Your task: Reproduce the listing below exactly, from its first line down to and including the line with "#360=VERTEX_POINT('',#359);".

::: Raw data

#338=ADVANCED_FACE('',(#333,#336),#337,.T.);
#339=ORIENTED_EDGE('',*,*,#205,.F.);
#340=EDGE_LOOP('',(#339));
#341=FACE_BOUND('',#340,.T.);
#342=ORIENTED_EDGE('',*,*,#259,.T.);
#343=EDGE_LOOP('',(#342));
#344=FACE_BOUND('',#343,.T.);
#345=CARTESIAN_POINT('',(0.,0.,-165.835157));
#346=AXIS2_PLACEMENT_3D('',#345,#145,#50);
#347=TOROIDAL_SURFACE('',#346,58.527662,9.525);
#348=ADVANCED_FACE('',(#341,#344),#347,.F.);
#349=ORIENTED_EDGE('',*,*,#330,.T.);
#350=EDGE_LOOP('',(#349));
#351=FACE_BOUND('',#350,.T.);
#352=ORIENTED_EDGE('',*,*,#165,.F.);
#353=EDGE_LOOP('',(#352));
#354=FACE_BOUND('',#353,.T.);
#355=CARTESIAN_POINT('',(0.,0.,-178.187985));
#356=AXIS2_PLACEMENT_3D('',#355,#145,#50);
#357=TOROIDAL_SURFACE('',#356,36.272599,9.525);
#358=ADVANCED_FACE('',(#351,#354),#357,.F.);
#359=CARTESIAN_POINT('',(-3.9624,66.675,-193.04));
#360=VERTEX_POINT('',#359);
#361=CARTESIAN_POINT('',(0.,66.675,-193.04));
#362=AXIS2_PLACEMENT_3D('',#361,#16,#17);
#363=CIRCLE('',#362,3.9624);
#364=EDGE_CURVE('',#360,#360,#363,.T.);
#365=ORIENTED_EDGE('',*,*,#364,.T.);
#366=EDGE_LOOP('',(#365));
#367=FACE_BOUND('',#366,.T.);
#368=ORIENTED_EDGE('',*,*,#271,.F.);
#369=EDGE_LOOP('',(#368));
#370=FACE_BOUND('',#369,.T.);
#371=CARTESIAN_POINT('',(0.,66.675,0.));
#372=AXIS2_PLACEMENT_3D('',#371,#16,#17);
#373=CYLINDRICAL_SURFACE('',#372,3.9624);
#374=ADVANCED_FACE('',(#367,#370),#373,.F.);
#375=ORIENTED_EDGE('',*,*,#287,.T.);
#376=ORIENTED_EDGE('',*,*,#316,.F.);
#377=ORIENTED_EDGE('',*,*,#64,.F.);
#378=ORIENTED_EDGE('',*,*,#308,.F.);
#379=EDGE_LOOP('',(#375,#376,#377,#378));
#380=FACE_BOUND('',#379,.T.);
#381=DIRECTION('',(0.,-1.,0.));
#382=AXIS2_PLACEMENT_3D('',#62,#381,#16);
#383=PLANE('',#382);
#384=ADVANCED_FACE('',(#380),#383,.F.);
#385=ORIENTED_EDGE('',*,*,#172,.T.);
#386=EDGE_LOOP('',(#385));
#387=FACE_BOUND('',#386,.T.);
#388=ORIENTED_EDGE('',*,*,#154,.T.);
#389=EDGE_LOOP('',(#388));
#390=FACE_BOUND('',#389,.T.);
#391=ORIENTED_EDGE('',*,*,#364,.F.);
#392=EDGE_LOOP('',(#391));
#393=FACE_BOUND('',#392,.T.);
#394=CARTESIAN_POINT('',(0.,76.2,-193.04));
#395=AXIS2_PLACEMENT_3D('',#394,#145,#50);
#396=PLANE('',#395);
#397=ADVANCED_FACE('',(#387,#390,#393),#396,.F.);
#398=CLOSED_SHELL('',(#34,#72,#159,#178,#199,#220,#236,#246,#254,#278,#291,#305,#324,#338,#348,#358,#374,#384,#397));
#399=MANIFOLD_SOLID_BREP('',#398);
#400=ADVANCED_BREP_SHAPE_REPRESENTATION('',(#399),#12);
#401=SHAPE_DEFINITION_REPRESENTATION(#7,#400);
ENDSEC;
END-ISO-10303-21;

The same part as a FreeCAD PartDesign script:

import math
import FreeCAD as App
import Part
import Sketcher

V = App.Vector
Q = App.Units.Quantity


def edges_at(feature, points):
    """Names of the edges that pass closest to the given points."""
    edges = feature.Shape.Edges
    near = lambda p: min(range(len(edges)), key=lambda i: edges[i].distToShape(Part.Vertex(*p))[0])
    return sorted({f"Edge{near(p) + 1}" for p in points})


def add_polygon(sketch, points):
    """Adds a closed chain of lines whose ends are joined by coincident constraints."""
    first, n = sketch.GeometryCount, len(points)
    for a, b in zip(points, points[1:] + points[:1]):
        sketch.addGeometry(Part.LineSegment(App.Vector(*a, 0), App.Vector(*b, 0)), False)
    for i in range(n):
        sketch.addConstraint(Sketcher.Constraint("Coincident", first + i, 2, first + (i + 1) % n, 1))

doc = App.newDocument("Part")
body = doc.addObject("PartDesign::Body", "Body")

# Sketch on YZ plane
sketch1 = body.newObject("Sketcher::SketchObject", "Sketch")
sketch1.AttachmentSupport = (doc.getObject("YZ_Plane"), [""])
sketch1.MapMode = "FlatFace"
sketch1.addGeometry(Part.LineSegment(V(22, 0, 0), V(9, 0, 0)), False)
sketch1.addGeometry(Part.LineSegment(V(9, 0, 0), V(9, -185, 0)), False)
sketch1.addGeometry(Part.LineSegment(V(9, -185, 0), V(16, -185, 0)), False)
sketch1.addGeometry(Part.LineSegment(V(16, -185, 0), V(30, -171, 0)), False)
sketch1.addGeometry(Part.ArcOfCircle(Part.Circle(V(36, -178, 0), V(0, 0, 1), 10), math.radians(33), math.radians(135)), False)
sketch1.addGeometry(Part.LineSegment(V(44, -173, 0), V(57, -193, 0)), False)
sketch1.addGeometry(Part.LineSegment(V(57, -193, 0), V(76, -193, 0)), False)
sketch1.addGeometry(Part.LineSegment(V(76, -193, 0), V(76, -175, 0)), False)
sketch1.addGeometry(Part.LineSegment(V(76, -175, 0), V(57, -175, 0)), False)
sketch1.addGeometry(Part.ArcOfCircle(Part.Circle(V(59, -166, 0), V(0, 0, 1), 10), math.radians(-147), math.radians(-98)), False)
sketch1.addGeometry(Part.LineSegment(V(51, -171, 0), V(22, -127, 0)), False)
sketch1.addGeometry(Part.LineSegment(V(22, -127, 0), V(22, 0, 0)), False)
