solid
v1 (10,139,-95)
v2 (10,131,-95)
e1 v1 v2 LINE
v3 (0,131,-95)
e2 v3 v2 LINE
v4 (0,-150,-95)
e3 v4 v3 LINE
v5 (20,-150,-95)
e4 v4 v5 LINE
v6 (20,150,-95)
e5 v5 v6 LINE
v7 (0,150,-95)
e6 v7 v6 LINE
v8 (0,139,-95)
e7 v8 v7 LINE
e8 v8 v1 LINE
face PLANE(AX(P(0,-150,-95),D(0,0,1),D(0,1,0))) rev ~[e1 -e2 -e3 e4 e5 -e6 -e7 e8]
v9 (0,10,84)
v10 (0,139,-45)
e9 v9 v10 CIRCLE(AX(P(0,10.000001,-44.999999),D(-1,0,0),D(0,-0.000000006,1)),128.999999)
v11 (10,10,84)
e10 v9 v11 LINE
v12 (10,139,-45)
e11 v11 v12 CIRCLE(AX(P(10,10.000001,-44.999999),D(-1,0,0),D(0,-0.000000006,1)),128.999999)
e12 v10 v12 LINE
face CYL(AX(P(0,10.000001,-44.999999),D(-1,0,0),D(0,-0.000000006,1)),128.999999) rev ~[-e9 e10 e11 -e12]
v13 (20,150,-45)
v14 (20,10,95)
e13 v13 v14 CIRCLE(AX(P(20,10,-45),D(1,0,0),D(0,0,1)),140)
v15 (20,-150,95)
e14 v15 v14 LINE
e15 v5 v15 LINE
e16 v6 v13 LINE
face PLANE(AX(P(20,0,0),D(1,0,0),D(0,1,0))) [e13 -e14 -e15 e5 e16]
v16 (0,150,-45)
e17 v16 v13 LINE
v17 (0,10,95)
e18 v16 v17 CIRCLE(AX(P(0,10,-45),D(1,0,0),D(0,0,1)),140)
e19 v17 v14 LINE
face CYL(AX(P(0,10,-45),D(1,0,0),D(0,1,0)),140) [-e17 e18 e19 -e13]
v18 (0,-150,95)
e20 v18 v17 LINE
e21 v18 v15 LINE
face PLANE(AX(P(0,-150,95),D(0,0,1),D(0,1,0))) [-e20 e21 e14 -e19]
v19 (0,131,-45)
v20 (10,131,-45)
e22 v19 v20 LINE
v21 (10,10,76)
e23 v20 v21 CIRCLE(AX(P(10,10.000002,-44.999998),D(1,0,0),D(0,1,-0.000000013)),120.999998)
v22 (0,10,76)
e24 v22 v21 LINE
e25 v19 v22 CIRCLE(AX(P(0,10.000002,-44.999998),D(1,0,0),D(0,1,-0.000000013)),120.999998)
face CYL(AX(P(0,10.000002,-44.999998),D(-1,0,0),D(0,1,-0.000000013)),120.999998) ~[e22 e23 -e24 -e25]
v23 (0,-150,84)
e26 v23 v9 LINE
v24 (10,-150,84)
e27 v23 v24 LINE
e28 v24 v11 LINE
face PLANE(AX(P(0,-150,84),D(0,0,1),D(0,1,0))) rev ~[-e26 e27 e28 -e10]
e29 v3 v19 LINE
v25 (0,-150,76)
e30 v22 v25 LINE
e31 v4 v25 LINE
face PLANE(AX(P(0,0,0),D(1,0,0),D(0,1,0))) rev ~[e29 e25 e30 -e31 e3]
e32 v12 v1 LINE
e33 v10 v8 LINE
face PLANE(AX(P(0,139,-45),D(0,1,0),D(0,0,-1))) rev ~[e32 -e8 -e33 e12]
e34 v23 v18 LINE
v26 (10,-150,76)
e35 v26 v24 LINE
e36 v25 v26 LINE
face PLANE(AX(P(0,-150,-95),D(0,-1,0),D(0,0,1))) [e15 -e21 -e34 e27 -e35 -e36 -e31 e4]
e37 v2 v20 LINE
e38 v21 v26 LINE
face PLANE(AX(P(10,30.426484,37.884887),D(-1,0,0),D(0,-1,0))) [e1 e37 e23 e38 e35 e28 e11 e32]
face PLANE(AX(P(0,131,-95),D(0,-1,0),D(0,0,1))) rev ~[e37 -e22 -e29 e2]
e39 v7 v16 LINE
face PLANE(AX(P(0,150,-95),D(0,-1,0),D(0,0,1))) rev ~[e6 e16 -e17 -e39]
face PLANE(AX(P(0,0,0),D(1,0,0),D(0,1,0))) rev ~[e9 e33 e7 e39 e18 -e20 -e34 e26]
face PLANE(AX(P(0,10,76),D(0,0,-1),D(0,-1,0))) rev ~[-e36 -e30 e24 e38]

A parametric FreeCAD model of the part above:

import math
import FreeCAD as App
import Part
import Sketcher
Q = App.Units.Quantity


def edges_at(feature, points):
    """Names of the edges that pass closest to the given points."""
    edges = feature.Shape.Edges
    near = lambda p: min(range(len(edges)), key=lambda i: edges[i].distToShape(Part.Vertex(*p))[0])
    return sorted({f"Edge{near(p) + 1}" for p in points})

doc = App.newDocument("Part")
body = doc.addObject("PartDesign::Body", "Body")

sketch1 = body.newObject("Sketcher::SketchObject", "Sketch")
sketch1.AttachmentSupport = (doc.getObject("YZ_Plane"), [""])
sketch1.MapMode = "FlatFace"
sketch1.addGeometry(Part.LineSegment(App.Vector(-150, 95, 0), App.Vector(-150, -95, 0)), False)
sketch1.addGeometry(Part.LineSegment(App.Vector(-150, -95, 0), App.Vector(150, -95, 0)), False)
sketch1.addGeometry(Part.LineSegment(App.Vector(150, -95, 0), App.Vector(150, 95, 0)), False)
sketch1.addGeometry(Part.LineSegment(App.Vector(150, 95, 0), App.Vector(-150, 95, 0)), False)
sketch1.addConstraint(Sketcher.Constraint("Coincident", 0, 2, 1, 1))
sketch1.addConstraint(Sketcher.Constraint("Coincident", 1, 2, 2, 1))
sketch1.addConstraint(Sketcher.Constraint("Coincident", 2, 2, 3, 1))
sketch1.addConstraint(Sketcher.Constraint("Coincident", 3, 2, 0, 1))
sketch1.addConstraint(Sketcher.Constraint("Vertical", 0))
sketch1.addConstraint(Sketcher.Constraint("Horizontal", 1))
sketch1.addConstraint(Sketcher.Constraint("Vertical", 2))
sketch1.addConstraint(Sketcher.Constraint("Horizontal", 3))
sketch1.addConstraint(Sketcher.Constraint("Symmetric", 0, 2, 2, 2, -1, 1))
sketch1.addConstraint(Sketcher.Constraint("DistanceX", 1, 1, 1, 2, Q("300 mm")))
sketch1.addConstraint(Sketcher.Constraint("DistanceY", 0, 2, 0, 1, Q("190 mm")))
pad1 = body.newObject("PartDesign::Pad", "Pad")
pad1.Profile = sketch1
pad1.Length = 20
doc.recompute()

fillet = body.newObject("PartDesign::Fillet", "Fillet")
fillet.Base = (pad1, edges_at(pad1, [(10, 150, 95)]))
fillet.Radius = 140

sketch2 = body.newObject("Sketcher::SketchObject", "Sketch001")
sketch2.AttachmentSupport = (doc.getObject("YZ_Plane"), [""])
sketch2.MapMode = "FlatFace"
sketch2.addGeometry(Part.LineSegment(App.Vector(139, -45, 0), App.Vector(139, -95, 0)), False)
sketch2.addGeometry(Part.LineSegment(App.Vector(139, -95, 0), App.Vector(131, -95, 0)), False)
sketch2.addGeometry(Part.LineSegment(App.Vector(131, -95, 0), App.Vector(131, -45, 0)), False)
sketch2.addGeometry(Part.ArcOfCircle(Part.Circle(App.Vector(10, -45, 0), App.Vector(0, 0, 1), 121), math.radians(0), math.radians(90)), False)
sketch2.addGeometry(Part.LineSegment(App.Vector(10, 76, 0), App.Vector(-150, 76, 0)), False)
sketch2.addGeometry(Part.LineSegment(App.Vector(-150, 76, 0), App.Vector(-150, 84, 0)), False)
sketch2.addGeometry(Part.LineSegment(App.Vector(-150, 84, 0), App.Vector(10, 84, 0)), False)
sketch2.addGeometry(Part.ArcOfCircle(Part.Circle(App.Vector(10, -45, 0), App.Vector(0, 0, 1), 129), math.radians(0), math.radians(90)), False)
sketch2.addConstraint(Sketcher.Constraint("Coincident", 0, 2, 1, 1))
sketch2.addConstraint(Sketcher.Constraint("Coincident", 1, 2, 2, 1))
sketch2.addConstraint(Sketcher.Constraint("Tangent", 2, 2, 3, 1))
sketch2.addConstraint(Sketcher.Constraint("Tangent", 3, 2, 4, 1))
sketch2.addConstraint(Sketcher.Constraint("Coincident", 4, 2, 5, 1))
sketch2.addConstraint(Sketcher.Constraint("Coincident", 5, 2, 6, 1))
sketch2.addConstraint(Sketcher.Constraint("Tangent", 6, 2, 7, 2))
sketch2.addConstraint(Sketcher.Constraint("Tangent", 7, 1, 0, 1))
sketch2.addConstraint(Sketcher.Constraint("Vertical", 0))
sketch2.addConstraint(Sketcher.Constraint("Horizontal", 1))
sketch2.addConstraint(Sketcher.Constraint("Vertical", 2))
sketch2.addConstraint(Sketcher.Constraint("Horizontal", 4))
sketch2.addConstraint(Sketcher.Constraint("Vertical", 5))
sketch2.addConstraint(Sketcher.Constraint("Horizontal", 6))
sketch2.addConstraint(Sketcher.Constraint("Coincident", 7, 3, 3, 3))
sketch2.addConstraint(Sketcher.Constraint("Radius", 3, Q("120.999998 mm")))
sketch2.addConstraint(Sketcher.Constraint("Radius", 7, Q("128.999999 mm")))
sketch2.addConstraint(Sketcher.Constraint("DistanceX", 4, 2, 4, 1, Q("160 mm")))
sketch2.addConstraint(Sketcher.Constraint("DistanceY", 0, 2, 0, 1, Q("50 mm")))
sketch2.addConstraint(Sketcher.Constraint("DistanceX", -1, 1, 3, 3, Q("10.000002 mm")))
sketch2.addConstraint(Sketcher.Constraint("DistanceY", 3, 3, -1, 1, Q("44.999998 mm")))
pocket1 = body.newObject("PartDesign::Pocket", "Pocket")
pocket1.Profile = sketch2
pocket1.Length = 10
pocket1.Reversed = True

doc.recompute()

::::::

Answer to the problem:
#338=ADVANCED_FACE('',(#333,#336),#337,.T.);
#339=ORIENTED_EDGE('',*,*,#205,.F.);
#340=EDGE_LOOP('',(#339));
#341=FACE_BOUND('',#340,.T.);
#342=ORIENTED_EDGE('',*,*,#259,.T.);
#343=EDGE_LOOP('',(#342));
#344=FACE_BOUND('',#343,.T.);
#345=CARTESIAN_POINT('',(0.,0.,-165.835157));
#346=AXIS2_PLACEMENT_3D('',#345,#145,#50);
#347=TOROIDAL_SURFACE('',#346,58.527662,9.525);
#348=ADVANCED_FACE('',(#341,#344),#347,.F.);
#349=ORIENTED_EDGE('',*,*,#330,.T.);
#350=EDGE_LOOP('',(#349));
#351=FACE_BOUND('',#350,.T.);
#352=ORIENTED_EDGE('',*,*,#165,.F.);
#353=EDGE_LOOP('',(#352));
#354=FACE_BOUND('',#353,.T.);
#355=CARTESIAN_POINT('',(0.,0.,-178.187985));
#356=AXIS2_PLACEMENT_3D('',#355,#145,#50);
#357=TOROIDAL_SURFACE('',#356,36.272599,9.525);
#358=ADVANCED_FACE('',(#351,#354),#357,.F.);
#359=CARTESIAN_POINT('',(-3.9624,66.675,-193.04));
#360=VERTEX_POINT('',#359);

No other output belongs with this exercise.